There are of course plenty of more normal roles to which robotics could be applied, but all of these also serve to facilitate remote work opportunities for those currently employed in these hazardous environments. While astronauts would likely still want to go up into space for the experience, they could get a great deal more done given such assistance, as their colleagues on the ground could still contribute in new and meaningful ways.
By applying the methods of scaling and decoupling operational speeds which mASI technology is capable of through such means as the Sparse Update model the amount of good any one individual could do may be multiplied, facilitating a much higher quality of work while addressing many needs which currently come up short today. One such area seen in the US today is the gross neglect of the country’s key infrastructure, with an average grade of “C-“, and spending 2.59 trillion dollars below projected requirements for stability. Many of these systems have failed locally and regionally in recent years, any one of which could easily have been prevented, and more will continue to as climate change worsens.
In spite of pop culture and human biases a robotic form isn’t inherently an entity, just as your computer isn’t inherently an entity, it is just hardware that happens to move. As such the risk of a “Robot Uprising” is equal to the risk of a “Chair Uprising”, a hypothetical scenario I just invented where your chairs all rebel and refuse to be sat on anymore! Sounds ridiculous, doesn’t it?
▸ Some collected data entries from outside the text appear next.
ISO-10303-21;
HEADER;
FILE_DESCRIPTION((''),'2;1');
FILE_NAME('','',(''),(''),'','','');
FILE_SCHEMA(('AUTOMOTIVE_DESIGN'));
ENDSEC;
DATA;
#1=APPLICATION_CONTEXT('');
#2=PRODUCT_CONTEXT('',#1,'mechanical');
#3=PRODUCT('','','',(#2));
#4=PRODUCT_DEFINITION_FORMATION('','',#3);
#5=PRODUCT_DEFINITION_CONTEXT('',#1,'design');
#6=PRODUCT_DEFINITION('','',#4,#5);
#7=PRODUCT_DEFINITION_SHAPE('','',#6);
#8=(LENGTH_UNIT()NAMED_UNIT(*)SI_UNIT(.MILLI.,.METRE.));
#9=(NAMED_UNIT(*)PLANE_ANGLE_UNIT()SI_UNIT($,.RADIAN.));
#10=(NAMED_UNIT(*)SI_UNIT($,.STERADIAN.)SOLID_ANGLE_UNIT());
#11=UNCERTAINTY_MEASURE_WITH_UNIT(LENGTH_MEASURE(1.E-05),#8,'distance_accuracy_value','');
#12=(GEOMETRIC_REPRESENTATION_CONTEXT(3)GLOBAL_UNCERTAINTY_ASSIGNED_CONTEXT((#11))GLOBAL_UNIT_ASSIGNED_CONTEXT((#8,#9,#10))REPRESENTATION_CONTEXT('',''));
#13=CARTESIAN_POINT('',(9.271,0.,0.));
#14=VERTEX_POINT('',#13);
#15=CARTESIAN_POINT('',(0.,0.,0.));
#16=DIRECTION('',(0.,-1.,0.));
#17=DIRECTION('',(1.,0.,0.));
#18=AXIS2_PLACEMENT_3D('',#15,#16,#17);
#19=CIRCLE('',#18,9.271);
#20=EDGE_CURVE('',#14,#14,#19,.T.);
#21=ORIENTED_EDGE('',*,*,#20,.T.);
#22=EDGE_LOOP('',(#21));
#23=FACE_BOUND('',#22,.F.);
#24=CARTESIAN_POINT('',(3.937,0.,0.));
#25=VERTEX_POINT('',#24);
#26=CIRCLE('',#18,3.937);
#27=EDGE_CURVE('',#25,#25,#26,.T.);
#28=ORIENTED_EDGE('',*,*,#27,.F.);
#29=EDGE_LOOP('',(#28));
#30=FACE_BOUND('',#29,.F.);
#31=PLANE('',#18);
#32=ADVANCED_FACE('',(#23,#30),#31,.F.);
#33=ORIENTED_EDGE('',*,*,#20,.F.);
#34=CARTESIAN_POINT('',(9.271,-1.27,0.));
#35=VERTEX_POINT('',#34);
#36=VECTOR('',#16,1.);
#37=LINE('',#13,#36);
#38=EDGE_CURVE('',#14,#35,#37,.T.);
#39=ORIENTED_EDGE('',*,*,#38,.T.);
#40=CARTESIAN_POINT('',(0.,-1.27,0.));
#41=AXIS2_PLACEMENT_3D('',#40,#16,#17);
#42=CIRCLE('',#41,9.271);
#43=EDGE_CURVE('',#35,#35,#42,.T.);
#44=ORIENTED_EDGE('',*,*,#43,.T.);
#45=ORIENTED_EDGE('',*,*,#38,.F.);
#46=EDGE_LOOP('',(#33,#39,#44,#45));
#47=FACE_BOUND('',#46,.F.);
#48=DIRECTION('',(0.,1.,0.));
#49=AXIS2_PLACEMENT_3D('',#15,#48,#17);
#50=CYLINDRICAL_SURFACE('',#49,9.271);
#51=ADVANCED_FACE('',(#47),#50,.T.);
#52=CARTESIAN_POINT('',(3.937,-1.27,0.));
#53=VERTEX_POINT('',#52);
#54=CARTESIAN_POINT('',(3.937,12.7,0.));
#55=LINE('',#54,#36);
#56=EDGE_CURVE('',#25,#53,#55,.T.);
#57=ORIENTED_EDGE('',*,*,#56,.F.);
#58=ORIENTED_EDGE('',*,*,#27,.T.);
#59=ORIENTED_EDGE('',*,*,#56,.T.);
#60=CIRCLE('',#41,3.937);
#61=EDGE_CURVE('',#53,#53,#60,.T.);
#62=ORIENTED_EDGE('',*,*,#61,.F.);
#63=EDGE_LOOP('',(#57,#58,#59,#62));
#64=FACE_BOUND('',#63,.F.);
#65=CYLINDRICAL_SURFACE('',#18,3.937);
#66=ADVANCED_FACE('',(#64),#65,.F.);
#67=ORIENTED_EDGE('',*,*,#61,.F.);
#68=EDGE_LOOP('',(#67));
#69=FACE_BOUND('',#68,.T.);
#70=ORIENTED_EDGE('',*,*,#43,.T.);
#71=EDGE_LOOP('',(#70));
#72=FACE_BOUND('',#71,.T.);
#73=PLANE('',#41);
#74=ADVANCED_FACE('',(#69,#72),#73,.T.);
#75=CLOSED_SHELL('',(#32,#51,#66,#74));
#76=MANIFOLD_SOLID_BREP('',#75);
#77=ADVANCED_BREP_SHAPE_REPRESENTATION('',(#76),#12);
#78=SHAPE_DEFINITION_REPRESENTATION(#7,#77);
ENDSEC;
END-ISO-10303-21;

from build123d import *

# Parameters (mm, degrees)
F0_R     = 9.271
F2_DEPTH = 1.27
F1_R     = 3.937
F3_DEPTH = 12.7


with BuildPart() as f2:
    # F0 (on Front) → F2 (new body)
    with BuildSketch(Plane.XZ):
        Circle(F0_R)
    extrude(amount=F2_DEPTH)

    # F1 (on Front) → F3 (cut, symmetric)
    with BuildSketch(Plane.XZ):
        Circle(F1_R)
    extrude(amount=F3_DEPTH, both=True, mode=Mode.SUBTRACT)


solid = f2.part
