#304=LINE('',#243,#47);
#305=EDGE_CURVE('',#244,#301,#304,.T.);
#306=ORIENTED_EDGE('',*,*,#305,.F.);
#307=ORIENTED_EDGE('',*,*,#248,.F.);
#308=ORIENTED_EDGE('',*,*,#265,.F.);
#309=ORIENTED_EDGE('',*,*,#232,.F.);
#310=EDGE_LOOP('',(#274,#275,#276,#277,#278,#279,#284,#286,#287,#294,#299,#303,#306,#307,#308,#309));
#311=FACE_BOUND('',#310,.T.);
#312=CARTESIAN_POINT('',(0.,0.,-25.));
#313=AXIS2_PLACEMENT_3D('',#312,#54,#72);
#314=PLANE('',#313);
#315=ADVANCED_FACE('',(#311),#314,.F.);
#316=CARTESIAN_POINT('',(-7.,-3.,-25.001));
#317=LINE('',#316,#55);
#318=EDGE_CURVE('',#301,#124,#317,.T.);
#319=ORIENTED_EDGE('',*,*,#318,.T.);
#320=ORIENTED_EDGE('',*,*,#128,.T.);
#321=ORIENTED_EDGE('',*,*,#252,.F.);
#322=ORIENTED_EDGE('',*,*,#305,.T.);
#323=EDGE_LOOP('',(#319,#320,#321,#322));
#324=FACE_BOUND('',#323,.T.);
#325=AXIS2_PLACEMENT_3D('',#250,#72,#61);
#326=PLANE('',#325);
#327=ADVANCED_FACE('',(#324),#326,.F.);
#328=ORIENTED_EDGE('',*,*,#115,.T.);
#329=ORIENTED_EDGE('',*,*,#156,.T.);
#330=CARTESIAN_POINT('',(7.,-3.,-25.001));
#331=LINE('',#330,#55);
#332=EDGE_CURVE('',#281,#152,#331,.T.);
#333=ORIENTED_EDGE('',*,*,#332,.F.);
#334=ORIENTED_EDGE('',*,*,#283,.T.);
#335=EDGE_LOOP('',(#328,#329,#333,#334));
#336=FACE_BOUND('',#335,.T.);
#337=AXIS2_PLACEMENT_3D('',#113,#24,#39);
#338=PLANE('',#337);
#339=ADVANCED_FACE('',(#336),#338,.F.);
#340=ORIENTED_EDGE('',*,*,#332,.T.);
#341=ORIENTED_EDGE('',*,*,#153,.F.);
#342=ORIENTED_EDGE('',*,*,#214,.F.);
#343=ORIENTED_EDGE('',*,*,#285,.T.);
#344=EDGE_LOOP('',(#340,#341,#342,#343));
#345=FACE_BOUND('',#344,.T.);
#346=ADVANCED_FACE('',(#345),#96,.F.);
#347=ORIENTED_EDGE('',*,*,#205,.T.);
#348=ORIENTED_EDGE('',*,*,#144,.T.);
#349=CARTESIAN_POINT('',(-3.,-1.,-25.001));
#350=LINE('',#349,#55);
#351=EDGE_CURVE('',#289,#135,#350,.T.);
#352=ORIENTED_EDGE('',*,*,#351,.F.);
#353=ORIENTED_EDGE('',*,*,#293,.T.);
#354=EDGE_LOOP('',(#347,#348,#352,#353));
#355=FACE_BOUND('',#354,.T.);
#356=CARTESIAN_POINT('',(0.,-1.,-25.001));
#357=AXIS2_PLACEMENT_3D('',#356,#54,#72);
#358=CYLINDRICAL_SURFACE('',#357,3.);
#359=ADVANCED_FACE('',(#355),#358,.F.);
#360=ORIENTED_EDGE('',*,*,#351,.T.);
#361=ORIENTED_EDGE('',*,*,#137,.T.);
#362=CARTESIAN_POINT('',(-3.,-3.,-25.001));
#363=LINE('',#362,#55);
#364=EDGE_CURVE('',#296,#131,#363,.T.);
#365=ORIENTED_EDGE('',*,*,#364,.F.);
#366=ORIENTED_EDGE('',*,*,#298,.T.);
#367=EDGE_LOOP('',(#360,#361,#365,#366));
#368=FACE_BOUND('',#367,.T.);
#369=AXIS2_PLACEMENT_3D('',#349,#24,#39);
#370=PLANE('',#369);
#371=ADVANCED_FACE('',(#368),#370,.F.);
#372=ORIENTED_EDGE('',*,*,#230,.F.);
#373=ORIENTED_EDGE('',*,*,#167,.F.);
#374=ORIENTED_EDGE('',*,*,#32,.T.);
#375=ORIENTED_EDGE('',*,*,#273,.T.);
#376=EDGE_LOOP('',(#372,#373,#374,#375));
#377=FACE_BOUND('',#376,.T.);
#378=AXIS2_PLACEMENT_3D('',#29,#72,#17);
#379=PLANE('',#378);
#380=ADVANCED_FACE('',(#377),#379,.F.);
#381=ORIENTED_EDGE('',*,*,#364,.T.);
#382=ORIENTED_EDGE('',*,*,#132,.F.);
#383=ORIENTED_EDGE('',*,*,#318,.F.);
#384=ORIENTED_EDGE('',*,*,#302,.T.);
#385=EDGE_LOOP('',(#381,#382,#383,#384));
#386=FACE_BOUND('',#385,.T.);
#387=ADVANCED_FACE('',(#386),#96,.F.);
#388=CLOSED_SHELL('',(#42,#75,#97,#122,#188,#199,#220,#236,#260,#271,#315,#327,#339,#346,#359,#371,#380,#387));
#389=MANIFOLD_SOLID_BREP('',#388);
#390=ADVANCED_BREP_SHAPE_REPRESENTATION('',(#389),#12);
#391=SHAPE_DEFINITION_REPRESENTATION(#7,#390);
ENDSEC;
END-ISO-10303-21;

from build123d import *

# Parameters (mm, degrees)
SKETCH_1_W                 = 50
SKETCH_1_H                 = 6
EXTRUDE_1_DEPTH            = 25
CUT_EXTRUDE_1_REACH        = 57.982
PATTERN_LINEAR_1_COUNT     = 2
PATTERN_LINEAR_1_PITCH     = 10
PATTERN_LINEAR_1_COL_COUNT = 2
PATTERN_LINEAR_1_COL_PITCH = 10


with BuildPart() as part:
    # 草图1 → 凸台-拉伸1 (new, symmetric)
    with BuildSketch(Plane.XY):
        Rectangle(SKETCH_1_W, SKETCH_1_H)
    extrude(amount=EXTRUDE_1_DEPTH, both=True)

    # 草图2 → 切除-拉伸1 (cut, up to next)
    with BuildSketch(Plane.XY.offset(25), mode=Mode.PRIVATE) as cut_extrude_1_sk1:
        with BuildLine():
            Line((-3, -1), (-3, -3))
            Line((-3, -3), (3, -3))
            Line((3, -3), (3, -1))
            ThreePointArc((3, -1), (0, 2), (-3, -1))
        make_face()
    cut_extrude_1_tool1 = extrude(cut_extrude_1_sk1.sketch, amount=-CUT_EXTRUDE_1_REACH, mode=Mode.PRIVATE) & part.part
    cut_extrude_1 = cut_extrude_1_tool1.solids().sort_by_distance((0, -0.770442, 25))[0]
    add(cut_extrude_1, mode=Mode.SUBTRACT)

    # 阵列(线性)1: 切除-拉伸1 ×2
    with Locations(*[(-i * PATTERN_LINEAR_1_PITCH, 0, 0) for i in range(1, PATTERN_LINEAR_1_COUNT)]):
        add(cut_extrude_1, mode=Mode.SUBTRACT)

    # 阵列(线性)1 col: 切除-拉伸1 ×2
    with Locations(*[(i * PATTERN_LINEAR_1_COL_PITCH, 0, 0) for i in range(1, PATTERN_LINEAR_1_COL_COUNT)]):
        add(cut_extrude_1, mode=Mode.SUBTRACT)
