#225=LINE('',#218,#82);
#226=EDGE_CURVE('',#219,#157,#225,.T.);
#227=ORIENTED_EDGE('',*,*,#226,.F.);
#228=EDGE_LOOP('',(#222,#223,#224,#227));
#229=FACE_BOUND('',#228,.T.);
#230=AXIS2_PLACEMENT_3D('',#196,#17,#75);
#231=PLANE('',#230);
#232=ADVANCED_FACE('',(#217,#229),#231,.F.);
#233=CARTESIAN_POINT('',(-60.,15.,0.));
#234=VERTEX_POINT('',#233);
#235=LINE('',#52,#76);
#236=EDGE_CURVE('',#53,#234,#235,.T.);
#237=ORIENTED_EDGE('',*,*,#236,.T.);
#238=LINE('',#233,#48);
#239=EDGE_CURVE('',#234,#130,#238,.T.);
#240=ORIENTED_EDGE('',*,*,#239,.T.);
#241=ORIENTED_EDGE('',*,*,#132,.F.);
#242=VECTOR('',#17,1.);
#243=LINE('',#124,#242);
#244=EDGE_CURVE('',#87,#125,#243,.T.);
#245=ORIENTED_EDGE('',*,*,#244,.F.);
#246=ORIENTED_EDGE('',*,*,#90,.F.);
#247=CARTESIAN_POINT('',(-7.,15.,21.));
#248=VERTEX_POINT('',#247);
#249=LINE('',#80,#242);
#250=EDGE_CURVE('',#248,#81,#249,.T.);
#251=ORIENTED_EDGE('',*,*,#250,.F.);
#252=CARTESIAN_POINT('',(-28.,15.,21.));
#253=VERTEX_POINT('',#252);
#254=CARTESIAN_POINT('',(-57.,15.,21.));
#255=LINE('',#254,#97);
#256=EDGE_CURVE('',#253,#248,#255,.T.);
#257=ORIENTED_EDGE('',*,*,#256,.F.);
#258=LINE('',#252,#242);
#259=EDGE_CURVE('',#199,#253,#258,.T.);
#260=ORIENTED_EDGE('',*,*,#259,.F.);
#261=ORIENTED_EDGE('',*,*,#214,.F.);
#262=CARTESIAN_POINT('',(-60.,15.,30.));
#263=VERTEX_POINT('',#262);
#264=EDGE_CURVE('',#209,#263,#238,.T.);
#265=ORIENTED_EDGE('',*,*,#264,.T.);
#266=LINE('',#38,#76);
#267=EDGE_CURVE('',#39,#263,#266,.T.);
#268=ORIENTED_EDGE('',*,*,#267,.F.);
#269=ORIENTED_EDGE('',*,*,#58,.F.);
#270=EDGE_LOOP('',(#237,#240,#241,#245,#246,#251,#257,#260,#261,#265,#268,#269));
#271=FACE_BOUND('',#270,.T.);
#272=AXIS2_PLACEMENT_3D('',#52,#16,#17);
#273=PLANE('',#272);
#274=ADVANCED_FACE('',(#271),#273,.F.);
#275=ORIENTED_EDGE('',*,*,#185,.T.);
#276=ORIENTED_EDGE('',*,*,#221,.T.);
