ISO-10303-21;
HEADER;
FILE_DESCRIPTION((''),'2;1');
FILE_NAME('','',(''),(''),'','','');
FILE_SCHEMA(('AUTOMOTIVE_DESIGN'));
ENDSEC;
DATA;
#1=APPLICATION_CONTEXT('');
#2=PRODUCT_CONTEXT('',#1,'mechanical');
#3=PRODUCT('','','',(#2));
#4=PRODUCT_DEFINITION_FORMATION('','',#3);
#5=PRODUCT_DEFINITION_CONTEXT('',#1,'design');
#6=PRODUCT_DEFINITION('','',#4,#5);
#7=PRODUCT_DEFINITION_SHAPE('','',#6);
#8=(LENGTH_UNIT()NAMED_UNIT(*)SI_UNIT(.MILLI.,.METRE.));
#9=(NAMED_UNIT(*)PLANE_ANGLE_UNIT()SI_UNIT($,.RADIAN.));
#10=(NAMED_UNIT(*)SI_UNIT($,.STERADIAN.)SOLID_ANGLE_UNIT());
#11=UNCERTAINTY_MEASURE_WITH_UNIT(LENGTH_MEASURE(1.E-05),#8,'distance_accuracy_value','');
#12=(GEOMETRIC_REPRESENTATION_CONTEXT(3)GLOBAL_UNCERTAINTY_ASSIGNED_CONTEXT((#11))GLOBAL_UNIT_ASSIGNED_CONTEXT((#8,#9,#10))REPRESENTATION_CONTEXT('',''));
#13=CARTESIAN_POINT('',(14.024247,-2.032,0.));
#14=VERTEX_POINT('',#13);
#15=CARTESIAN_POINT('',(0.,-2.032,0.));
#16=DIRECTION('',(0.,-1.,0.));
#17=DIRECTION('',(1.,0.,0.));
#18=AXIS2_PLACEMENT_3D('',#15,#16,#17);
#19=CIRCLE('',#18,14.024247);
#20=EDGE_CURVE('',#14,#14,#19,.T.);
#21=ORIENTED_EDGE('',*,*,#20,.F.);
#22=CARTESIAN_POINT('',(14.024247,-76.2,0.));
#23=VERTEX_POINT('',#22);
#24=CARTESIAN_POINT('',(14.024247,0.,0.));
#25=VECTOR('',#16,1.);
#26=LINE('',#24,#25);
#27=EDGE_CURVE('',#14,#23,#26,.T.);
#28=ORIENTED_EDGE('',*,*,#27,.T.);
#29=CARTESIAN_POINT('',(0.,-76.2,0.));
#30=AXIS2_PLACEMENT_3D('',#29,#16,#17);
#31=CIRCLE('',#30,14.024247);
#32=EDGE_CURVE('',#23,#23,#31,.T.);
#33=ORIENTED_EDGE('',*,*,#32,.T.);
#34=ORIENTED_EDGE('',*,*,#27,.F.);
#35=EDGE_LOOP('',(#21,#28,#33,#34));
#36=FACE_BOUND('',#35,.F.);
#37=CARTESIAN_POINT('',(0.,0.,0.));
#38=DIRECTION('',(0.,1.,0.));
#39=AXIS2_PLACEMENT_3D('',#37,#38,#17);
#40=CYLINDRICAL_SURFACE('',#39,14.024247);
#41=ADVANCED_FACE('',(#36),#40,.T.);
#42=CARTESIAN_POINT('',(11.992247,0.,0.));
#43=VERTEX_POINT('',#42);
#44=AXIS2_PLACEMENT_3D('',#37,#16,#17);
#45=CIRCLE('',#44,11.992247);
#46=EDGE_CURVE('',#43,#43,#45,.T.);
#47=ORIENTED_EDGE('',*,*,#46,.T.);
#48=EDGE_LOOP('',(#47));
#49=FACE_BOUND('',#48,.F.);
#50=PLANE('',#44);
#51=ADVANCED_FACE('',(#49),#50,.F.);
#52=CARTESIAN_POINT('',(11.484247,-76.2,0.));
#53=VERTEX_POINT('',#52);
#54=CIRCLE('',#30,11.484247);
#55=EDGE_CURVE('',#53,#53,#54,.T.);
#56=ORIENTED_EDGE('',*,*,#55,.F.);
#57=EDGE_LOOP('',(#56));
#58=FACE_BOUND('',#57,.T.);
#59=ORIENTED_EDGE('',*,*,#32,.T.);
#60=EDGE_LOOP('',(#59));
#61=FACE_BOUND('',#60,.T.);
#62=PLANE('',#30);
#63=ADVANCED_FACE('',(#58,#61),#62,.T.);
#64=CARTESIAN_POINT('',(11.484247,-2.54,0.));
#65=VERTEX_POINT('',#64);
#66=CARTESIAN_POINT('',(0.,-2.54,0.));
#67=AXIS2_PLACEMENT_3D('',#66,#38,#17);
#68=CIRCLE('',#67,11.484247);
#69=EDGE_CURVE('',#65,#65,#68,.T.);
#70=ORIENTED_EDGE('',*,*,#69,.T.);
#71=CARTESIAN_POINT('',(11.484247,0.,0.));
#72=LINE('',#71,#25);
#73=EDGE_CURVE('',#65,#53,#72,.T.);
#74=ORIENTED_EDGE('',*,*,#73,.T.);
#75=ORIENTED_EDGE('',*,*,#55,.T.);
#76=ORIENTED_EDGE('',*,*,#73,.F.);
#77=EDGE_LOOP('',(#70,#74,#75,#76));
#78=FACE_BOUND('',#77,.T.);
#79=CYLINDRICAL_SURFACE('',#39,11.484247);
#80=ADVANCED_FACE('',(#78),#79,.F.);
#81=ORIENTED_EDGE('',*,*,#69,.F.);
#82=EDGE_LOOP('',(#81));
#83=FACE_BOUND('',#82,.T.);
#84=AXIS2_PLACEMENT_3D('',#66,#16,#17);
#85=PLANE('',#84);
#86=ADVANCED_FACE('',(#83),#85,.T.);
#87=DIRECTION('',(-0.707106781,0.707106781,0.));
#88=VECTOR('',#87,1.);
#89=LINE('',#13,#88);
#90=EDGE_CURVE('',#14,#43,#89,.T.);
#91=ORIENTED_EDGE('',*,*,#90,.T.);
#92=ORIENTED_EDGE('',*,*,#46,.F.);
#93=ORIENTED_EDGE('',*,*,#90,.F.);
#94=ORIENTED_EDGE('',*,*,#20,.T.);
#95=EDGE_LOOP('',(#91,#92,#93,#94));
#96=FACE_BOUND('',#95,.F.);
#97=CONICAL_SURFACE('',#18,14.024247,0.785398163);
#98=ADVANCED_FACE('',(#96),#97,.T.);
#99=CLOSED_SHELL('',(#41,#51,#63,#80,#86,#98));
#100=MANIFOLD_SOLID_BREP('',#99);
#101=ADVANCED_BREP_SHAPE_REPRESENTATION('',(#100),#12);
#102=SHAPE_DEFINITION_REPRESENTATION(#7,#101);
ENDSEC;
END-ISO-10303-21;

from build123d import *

# Parameters (mm, degrees)
F2_R     = 14.024247
F0_DEPTH = 76.2
F1_T     = -2.54
F3_SIZE  = 2.032


with BuildPart() as f0:
    # F2 (on Front) → F0 (new body)
    with BuildSketch(Plane.XZ):
        Circle(F2_R)
    extrude(amount=F0_DEPTH)

    # F1
    f1_openings = [f0.faces().sort_by_distance(p)[0] for p in [
        (0, -76.2, 0),
    ]]
    offset(amount=F1_T, openings=f1_openings)

    # F3
    f3_edges = [f0.edges().sort_by_distance(p)[0] for p in [
        (-14.024247, 0, 0),
    ]]
    chamfer(f3_edges, length=F3_SIZE)


solid = f0.part
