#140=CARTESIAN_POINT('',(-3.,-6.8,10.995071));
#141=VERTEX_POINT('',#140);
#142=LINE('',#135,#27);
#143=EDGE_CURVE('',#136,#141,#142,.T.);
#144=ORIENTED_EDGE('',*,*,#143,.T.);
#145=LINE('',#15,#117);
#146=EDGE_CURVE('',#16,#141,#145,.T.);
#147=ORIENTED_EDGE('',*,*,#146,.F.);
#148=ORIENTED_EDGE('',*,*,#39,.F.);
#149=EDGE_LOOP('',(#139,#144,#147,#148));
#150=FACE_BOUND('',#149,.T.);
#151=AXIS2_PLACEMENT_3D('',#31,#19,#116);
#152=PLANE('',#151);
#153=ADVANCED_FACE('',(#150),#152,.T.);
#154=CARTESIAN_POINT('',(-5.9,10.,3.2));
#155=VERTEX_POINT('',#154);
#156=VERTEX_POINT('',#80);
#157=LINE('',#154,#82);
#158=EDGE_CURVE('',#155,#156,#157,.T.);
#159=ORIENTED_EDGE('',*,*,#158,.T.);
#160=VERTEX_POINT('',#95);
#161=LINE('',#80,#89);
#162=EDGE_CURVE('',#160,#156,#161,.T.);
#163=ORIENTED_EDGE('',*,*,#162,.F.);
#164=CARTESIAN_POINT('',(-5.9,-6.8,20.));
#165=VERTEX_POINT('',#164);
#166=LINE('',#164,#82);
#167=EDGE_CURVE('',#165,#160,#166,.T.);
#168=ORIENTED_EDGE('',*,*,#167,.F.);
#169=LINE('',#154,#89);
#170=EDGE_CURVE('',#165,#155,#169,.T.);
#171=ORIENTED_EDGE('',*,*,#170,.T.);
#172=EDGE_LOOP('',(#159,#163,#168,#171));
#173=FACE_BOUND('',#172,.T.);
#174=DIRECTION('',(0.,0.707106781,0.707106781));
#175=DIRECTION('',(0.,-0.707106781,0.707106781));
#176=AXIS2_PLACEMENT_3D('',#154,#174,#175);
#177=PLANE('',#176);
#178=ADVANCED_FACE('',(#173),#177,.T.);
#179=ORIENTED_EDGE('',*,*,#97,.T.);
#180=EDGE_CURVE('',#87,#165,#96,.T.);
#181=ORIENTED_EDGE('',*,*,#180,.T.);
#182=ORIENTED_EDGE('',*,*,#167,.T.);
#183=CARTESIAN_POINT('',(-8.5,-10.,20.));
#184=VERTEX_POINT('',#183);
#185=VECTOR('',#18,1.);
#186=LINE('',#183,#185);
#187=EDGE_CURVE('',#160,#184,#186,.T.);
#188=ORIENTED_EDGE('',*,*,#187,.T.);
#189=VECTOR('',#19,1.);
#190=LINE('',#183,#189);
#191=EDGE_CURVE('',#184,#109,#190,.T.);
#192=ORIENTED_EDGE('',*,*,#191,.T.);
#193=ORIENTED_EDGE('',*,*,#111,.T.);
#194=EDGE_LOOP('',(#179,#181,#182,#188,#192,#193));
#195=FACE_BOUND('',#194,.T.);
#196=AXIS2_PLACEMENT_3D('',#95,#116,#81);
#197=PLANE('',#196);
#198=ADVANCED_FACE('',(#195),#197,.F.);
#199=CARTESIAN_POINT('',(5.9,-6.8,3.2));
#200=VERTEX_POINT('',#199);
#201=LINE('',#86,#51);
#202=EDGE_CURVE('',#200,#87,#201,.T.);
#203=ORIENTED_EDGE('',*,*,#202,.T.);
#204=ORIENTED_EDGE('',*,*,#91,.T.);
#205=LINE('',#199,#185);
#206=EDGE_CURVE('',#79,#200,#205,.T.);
Like a chair, a robot doesn’t need to contain the ingredients necessary for sapient and sentient intelligence, even if such intelligence may operate through it. Your phone can compute and run simple algorithms while being controlled by you, but it has no sapience and sentience. Humans are biased towards anthropomorphizing, but pop culture paints a pretty clear picture of how that has backfired and led to some pretty stupid conclusions.
Sadly many humans are also biased towards taking a perverse sort of pleasure in having groups of people they are biased against working in hazardous environments. This has produced an odd sort of negative bias where racist people are more likely to hire the people they are biased against for terrible jobs, much like hiring more women in roles aligned with gender stereotypes.
Whether for reducing the hazards of human work environments, greatly increasing productivity, or facilitating the significant advantages of remote work, the reasons for applying mASI to the domain of robotics are significant and growing.
Would you rather work with waste, or work from home?
*The Applied mASI series is aimed at placing the benefits of working with mASI such as Uplift to various business models in a practical, tangible, and quantifiable context. At most any of the concepts portrayed in this use case series will fall within an average time-scale of 5 years or less to integrate with existing systems unless otherwise noted. This includes the necessary engineering for full infinite scalability and real-time operation, alongside other significant benefits.